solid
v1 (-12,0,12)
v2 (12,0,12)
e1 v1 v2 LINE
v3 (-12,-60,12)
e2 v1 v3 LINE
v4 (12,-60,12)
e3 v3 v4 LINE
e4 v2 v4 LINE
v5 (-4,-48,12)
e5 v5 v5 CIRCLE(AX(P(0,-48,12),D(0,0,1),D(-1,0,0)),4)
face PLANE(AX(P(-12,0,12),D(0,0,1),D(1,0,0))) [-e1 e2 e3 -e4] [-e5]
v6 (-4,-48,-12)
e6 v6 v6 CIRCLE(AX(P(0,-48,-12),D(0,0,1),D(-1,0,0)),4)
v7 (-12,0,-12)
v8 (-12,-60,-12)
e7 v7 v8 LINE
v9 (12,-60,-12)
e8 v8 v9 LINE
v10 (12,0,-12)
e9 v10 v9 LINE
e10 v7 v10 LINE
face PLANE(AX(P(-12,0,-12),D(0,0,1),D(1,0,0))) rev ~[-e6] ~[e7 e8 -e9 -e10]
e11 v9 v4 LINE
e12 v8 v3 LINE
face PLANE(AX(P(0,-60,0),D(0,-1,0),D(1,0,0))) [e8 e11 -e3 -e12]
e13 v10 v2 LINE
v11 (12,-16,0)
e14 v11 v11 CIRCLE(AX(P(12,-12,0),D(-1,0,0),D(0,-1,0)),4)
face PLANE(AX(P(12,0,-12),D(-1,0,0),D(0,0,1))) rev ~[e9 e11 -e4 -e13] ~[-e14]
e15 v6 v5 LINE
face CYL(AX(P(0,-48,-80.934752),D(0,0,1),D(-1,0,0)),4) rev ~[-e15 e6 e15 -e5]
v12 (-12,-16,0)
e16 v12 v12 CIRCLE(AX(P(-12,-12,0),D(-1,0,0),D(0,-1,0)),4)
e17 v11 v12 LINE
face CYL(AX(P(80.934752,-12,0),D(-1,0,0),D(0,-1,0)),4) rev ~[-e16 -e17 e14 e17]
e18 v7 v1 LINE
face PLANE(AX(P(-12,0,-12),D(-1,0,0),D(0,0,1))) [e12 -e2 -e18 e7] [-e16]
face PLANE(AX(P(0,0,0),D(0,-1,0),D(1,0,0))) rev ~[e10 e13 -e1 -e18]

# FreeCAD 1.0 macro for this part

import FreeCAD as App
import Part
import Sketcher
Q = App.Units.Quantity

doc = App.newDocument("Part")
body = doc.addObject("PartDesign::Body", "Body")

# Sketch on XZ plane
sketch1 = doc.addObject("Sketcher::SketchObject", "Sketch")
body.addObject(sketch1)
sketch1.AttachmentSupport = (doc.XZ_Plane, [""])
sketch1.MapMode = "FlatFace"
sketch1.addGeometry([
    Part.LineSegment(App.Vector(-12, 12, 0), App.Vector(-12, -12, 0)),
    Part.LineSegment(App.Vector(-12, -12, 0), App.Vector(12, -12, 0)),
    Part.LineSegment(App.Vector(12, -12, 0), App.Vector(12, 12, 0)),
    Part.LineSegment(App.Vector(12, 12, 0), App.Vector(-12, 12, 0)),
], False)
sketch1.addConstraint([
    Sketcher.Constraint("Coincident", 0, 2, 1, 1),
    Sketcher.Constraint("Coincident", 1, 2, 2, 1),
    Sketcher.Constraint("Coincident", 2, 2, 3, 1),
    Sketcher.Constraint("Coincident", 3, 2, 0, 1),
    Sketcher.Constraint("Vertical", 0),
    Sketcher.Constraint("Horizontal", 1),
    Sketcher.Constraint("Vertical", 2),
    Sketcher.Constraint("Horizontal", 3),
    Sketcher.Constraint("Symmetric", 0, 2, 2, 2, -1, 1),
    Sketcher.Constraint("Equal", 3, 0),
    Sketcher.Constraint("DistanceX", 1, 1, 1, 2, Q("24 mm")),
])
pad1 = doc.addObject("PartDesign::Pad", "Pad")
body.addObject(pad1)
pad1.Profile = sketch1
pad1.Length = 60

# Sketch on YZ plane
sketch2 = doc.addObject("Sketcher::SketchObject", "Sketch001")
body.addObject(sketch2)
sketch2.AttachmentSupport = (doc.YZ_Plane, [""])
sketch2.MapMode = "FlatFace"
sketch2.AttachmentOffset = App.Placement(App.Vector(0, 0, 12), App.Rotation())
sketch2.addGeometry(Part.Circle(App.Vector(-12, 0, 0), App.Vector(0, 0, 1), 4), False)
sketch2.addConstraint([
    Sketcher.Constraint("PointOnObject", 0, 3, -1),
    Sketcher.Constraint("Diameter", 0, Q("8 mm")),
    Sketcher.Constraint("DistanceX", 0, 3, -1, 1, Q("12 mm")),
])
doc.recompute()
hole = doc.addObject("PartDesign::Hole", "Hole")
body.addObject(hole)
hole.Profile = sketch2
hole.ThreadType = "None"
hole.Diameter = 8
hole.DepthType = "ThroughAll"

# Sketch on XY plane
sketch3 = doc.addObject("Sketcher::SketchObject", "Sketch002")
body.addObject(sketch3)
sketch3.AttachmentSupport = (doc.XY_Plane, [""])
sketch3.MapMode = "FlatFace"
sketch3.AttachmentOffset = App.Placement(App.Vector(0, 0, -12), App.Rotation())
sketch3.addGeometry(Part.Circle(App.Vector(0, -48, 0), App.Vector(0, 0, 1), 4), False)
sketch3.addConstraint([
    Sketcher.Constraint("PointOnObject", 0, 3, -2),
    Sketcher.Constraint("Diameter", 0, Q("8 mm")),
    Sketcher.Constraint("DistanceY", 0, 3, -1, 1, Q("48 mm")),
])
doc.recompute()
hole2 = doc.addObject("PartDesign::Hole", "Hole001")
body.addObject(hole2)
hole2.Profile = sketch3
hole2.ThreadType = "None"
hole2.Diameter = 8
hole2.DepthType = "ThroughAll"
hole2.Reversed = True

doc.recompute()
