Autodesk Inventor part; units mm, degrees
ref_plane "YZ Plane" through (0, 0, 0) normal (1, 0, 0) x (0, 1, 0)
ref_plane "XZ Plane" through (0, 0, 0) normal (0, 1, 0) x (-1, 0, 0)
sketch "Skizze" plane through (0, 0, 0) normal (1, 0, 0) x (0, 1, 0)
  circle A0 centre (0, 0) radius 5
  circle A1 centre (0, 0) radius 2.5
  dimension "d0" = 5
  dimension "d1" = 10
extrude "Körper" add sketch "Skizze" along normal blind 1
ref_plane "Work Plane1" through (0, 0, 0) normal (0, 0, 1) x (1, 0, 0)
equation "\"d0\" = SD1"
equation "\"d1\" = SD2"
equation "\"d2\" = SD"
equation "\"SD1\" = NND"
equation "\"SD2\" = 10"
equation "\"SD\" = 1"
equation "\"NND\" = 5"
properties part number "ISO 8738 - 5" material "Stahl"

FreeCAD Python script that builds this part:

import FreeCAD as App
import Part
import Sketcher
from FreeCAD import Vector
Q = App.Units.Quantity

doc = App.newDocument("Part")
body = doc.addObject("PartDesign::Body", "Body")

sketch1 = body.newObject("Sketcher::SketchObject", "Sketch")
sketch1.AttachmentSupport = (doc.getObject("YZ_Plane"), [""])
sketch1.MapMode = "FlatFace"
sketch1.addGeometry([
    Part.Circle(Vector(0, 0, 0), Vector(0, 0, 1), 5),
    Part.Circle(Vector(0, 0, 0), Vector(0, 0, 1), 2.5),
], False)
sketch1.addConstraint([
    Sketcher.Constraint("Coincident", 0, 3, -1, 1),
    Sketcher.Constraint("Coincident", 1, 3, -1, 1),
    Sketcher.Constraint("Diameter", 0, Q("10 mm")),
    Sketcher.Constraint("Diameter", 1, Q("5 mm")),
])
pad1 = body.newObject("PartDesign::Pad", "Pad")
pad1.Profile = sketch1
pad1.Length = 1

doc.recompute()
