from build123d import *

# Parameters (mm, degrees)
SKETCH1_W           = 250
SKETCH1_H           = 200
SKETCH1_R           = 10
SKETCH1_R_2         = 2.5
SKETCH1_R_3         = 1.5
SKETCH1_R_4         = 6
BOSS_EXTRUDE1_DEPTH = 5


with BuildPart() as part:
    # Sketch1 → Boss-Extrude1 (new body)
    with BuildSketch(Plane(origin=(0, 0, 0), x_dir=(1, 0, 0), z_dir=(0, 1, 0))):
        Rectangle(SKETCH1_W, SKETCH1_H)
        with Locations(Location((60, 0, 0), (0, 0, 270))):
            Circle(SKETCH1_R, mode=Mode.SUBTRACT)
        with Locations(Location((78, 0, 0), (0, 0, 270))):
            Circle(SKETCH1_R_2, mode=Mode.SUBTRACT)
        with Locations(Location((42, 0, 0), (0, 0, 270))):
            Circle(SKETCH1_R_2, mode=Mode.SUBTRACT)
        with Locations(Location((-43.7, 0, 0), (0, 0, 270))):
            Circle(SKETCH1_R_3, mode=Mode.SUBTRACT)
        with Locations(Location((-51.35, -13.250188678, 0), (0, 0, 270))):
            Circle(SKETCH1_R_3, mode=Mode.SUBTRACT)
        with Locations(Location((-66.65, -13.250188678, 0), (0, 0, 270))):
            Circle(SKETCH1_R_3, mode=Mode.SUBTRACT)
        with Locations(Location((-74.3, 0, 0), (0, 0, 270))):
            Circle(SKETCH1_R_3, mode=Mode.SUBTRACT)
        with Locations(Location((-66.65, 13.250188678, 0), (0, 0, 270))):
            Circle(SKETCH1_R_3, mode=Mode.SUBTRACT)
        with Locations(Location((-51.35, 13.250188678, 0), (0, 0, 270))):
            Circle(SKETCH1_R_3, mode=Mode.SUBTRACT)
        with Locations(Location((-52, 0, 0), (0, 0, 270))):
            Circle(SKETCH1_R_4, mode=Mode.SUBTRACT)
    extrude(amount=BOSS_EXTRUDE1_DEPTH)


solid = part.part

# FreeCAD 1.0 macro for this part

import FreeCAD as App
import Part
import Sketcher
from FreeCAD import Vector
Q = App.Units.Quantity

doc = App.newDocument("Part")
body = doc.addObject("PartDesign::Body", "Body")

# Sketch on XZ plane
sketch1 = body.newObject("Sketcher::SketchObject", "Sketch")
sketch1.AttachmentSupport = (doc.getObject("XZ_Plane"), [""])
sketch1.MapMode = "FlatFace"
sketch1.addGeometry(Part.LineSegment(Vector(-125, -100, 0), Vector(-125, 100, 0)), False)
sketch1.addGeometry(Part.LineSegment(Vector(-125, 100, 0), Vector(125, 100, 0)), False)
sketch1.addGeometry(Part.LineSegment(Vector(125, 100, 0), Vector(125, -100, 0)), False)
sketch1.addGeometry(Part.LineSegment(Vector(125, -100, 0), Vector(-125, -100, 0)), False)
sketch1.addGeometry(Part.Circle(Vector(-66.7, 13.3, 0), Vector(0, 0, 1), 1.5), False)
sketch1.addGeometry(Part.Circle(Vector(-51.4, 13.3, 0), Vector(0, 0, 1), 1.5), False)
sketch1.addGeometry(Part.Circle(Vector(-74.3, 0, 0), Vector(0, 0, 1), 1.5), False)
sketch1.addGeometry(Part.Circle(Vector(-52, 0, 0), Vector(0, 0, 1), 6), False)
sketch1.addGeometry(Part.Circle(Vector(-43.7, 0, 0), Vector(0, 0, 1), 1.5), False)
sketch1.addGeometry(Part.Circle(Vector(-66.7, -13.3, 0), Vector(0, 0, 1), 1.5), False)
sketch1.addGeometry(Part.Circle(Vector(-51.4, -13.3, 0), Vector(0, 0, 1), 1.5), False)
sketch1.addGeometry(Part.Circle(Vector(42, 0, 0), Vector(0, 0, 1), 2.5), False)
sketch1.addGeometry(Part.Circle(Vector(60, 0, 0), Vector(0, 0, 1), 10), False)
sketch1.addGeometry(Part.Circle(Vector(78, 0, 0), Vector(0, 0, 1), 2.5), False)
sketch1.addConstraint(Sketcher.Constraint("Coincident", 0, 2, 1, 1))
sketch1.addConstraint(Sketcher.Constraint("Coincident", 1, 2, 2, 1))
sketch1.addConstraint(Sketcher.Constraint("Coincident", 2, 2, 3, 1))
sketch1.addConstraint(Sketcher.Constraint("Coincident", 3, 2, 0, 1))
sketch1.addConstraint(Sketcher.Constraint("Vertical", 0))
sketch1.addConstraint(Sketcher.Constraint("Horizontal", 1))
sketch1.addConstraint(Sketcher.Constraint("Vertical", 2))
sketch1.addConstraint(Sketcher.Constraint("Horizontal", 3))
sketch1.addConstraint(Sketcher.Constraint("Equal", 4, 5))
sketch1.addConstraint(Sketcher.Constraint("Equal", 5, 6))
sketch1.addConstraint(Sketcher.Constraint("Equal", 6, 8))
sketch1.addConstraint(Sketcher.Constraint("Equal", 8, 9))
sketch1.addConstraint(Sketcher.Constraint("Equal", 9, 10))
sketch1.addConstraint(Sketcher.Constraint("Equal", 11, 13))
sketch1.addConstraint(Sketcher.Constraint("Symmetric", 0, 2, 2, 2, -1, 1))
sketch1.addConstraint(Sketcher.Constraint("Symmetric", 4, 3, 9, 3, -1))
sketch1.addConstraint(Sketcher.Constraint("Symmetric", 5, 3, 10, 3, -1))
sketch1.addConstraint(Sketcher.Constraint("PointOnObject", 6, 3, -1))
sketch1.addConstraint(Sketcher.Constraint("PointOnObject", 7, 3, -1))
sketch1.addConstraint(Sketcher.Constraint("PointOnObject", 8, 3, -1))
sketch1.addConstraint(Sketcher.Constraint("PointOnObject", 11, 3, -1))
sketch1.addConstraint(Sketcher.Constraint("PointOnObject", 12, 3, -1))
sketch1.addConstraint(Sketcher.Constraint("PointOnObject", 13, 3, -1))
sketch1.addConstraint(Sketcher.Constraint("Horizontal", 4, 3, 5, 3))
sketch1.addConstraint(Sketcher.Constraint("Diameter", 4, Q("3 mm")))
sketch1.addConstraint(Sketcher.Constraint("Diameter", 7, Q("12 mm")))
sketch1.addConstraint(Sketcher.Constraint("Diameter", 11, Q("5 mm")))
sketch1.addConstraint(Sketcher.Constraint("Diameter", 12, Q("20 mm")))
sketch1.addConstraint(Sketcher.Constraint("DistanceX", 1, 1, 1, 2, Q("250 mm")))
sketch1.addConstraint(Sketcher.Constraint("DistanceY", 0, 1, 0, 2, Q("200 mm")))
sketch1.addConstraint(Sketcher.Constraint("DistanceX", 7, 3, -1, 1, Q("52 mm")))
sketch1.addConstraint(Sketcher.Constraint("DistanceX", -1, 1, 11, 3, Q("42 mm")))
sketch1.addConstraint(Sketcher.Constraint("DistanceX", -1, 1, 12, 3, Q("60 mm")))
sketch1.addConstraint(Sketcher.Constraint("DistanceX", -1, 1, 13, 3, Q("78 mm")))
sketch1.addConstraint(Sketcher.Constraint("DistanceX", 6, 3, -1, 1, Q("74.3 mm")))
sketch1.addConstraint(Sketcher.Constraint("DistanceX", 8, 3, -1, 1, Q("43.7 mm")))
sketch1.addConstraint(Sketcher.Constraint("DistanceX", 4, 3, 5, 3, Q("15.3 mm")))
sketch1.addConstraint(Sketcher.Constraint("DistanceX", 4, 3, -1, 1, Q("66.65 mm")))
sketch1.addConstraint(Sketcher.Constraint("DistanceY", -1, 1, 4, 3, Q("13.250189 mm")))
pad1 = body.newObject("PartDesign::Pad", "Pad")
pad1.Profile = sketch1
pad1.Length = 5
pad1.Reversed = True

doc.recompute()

----

▸ What the task requires
Only the lines from the first line of the material above through the line that contains "e18 v7 v1 LINE" should be quoted, each one exactly.

▸ Written response
solid
v1 (-12,0,12)
v2 (12,0,12)
e1 v1 v2 LINE
v3 (-12,-60,12)
e2 v1 v3 LINE
v4 (12,-60,12)
e3 v3 v4 LINE
e4 v2 v4 LINE
v5 (-4,-48,12)
e5 v5 v5 CIRCLE(AX(P(0,-48,12),D(0,0,1),D(-1,0,0)),4)
face PLANE(AX(P(-12,0,12),D(0,0,1),D(1,0,0))) [-e1 e2 e3 -e4] [-e5]
v6 (-4,-48,-12)
e6 v6 v6 CIRCLE(AX(P(0,-48,-12),D(0,0,1),D(-1,0,0)),4)
v7 (-12,0,-12)
v8 (-12,-60,-12)
e7 v7 v8 LINE
v9 (12,-60,-12)
e8 v8 v9 LINE
v10 (12,0,-12)
e9 v10 v9 LINE
e10 v7 v10 LINE
face PLANE(AX(P(-12,0,-12),D(0,0,1),D(1,0,0))) rev ~[-e6] ~[e7 e8 -e9 -e10]
e11 v9 v4 LINE
e12 v8 v3 LINE
face PLANE(AX(P(0,-60,0),D(0,-1,0),D(1,0,0))) [e8 e11 -e3 -e12]
e13 v10 v2 LINE
v11 (12,-16,0)
e14 v11 v11 CIRCLE(AX(P(12,-12,0),D(-1,0,0),D(0,-1,0)),4)
face PLANE(AX(P(12,0,-12),D(-1,0,0),D(0,0,1))) rev ~[e9 e11 -e4 -e13] ~[-e14]
e15 v6 v5 LINE
face CYL(AX(P(0,-48,-80.934752),D(0,0,1),D(-1,0,0)),4) rev ~[-e15 e6 e15 -e5]
v12 (-12,-16,0)
e16 v12 v12 CIRCLE(AX(P(-12,-12,0),D(-1,0,0),D(0,-1,0)),4)
e17 v11 v12 LINE
face CYL(AX(P(80.934752,-12,0),D(-1,0,0),D(0,-1,0)),4) rev ~[-e16 -e17 e14 e17]
e18 v7 v1 LINE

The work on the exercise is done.